== Segment start ==

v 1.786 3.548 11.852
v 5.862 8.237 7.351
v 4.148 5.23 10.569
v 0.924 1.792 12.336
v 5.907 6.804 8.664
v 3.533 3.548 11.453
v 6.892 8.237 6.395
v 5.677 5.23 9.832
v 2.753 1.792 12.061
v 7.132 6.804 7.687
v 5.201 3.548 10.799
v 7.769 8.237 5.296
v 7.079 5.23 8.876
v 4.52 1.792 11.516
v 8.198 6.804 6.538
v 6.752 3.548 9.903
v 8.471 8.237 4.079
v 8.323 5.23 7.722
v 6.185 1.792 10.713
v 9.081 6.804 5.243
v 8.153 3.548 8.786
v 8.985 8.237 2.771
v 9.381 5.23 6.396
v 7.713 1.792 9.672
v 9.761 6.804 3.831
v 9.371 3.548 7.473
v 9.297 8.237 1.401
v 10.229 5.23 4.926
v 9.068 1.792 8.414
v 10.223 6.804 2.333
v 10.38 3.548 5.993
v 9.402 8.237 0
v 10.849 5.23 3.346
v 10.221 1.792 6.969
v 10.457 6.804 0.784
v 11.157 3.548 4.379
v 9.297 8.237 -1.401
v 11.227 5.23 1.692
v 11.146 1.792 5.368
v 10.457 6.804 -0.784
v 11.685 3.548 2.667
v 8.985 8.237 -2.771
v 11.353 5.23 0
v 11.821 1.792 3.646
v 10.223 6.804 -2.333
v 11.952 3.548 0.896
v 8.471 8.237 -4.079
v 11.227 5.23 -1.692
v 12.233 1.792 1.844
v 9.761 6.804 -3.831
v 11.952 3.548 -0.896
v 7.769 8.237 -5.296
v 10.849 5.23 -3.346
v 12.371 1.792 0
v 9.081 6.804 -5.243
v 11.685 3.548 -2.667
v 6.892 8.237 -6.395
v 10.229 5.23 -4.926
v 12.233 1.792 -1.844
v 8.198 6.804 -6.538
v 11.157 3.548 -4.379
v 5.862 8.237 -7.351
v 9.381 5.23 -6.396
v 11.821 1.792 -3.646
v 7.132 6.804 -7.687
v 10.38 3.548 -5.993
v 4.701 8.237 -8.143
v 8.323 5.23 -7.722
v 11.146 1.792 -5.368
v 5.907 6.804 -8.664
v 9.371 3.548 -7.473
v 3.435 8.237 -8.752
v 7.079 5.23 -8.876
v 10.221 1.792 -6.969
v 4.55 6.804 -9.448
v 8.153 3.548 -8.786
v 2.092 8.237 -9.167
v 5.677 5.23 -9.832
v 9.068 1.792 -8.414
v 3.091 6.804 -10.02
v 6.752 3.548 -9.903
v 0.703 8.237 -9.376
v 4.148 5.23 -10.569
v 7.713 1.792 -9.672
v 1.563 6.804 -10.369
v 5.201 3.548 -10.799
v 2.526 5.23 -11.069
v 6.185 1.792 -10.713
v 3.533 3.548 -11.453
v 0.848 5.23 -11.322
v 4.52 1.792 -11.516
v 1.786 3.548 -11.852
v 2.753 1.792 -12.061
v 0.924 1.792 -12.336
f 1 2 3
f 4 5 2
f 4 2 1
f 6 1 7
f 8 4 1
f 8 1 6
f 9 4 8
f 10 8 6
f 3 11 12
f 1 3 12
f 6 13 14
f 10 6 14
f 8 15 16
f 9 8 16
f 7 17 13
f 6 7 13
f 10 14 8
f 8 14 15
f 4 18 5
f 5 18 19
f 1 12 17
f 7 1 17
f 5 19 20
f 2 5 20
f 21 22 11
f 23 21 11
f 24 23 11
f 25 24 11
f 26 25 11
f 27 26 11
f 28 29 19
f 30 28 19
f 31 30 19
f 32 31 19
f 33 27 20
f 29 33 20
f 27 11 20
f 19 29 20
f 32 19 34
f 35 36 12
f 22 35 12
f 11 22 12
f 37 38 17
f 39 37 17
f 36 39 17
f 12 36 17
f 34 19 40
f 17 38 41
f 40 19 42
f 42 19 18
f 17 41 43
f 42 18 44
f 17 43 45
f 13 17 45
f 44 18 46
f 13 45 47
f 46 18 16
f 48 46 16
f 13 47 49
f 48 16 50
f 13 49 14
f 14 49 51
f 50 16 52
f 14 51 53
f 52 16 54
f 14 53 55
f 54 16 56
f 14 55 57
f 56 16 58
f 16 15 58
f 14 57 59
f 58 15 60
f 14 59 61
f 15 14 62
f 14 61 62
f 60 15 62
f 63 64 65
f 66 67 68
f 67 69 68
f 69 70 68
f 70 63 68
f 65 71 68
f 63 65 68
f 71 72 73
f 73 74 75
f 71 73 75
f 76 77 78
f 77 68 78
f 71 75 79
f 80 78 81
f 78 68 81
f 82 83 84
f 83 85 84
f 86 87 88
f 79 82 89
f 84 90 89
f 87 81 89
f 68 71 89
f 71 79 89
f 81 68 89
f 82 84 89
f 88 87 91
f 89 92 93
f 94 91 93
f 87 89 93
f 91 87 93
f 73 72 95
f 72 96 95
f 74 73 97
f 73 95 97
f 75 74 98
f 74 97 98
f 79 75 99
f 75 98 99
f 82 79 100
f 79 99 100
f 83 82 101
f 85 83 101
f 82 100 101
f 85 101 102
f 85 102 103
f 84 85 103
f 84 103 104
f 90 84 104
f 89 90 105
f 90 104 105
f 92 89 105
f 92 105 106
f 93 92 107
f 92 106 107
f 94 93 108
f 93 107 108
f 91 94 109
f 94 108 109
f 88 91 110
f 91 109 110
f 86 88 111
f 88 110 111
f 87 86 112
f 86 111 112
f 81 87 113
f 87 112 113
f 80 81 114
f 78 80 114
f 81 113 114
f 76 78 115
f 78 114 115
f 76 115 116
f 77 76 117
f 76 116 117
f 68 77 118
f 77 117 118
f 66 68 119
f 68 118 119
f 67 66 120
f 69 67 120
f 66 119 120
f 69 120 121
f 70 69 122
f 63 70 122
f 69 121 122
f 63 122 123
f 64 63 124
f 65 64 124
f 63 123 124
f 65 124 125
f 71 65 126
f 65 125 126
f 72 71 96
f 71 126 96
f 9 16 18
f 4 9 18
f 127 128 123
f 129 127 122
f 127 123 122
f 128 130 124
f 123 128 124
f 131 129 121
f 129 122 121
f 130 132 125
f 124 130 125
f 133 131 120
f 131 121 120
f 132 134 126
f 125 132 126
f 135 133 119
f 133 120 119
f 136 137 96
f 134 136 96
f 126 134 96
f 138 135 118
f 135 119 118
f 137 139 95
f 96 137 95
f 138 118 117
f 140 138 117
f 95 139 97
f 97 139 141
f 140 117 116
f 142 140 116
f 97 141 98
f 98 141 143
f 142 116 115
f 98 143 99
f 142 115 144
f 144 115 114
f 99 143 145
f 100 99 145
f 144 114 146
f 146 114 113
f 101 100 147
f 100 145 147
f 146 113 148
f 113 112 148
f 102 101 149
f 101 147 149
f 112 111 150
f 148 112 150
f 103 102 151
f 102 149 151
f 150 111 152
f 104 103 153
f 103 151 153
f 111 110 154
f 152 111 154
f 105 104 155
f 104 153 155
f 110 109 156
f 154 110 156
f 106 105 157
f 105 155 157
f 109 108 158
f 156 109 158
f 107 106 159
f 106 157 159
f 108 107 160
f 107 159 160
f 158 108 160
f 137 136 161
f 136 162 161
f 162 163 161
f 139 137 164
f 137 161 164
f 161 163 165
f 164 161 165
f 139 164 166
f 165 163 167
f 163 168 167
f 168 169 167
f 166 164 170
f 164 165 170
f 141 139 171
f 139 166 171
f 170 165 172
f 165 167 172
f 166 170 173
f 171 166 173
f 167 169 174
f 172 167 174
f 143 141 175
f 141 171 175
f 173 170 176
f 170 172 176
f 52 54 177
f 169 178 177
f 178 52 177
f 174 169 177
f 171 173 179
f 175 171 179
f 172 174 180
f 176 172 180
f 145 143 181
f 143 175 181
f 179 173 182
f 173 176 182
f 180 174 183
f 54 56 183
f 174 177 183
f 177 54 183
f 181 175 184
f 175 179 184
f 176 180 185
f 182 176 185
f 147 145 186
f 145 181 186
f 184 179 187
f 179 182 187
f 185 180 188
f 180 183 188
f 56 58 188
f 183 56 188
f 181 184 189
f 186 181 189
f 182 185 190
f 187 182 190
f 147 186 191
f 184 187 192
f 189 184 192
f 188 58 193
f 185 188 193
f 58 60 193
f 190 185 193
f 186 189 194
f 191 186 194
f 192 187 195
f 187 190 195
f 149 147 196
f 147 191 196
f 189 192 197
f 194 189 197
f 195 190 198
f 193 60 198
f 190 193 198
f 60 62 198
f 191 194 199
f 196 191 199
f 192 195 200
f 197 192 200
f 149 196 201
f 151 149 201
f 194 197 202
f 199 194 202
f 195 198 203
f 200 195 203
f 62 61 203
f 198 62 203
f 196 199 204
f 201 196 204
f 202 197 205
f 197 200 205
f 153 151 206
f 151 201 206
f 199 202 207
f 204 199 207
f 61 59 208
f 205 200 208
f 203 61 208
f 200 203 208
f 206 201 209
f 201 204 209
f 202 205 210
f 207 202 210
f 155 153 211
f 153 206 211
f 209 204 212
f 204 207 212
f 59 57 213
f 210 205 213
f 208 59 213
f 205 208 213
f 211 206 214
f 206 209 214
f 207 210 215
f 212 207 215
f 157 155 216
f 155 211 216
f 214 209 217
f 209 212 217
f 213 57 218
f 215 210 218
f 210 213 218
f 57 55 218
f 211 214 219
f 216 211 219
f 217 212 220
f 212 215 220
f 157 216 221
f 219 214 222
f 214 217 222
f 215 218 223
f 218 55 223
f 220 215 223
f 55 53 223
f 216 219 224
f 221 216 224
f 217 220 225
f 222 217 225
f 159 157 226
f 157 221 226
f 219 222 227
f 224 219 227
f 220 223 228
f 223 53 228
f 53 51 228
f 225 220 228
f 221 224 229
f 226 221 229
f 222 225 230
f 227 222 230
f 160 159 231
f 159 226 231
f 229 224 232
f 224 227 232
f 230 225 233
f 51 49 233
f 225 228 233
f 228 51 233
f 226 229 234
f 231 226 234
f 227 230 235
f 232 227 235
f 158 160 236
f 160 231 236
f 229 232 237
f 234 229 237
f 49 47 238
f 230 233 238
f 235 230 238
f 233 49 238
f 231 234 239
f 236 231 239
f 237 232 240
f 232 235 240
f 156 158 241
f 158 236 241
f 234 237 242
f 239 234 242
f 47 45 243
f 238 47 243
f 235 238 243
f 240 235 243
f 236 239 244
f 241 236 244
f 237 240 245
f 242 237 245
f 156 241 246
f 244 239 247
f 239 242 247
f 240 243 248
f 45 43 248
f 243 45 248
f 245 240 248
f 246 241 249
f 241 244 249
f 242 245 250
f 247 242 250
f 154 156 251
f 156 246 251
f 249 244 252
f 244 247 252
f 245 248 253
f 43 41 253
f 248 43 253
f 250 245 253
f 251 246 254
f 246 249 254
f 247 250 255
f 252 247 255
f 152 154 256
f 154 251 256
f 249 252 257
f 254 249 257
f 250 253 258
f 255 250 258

== Segment end ==

### REQUIREMENT
Your answer should be an exact copy of the lines from the one with "f 240 235 243" through the end of the material, with no other lines.

### RESULT OF THIS TASK
f 240 235 243
f 236 239 244
f 241 236 244
f 237 240 245
f 242 237 245
f 156 241 246
f 244 239 247
f 239 242 247
f 240 243 248
f 45 43 248
f 243 45 248
f 245 240 248
f 246 241 249
f 241 244 249
f 242 245 250
f 247 242 250
f 154 156 251
f 156 246 251
f 249 244 252
f 244 247 252
f 245 248 253
f 43 41 253
f 248 43 253
f 250 245 253
f 251 246 254
f 246 249 254
f 247 250 255
f 252 247 255
f 152 154 256
f 154 251 256
f 249 252 257
f 254 249 257
f 250 253 258
f 255 250 258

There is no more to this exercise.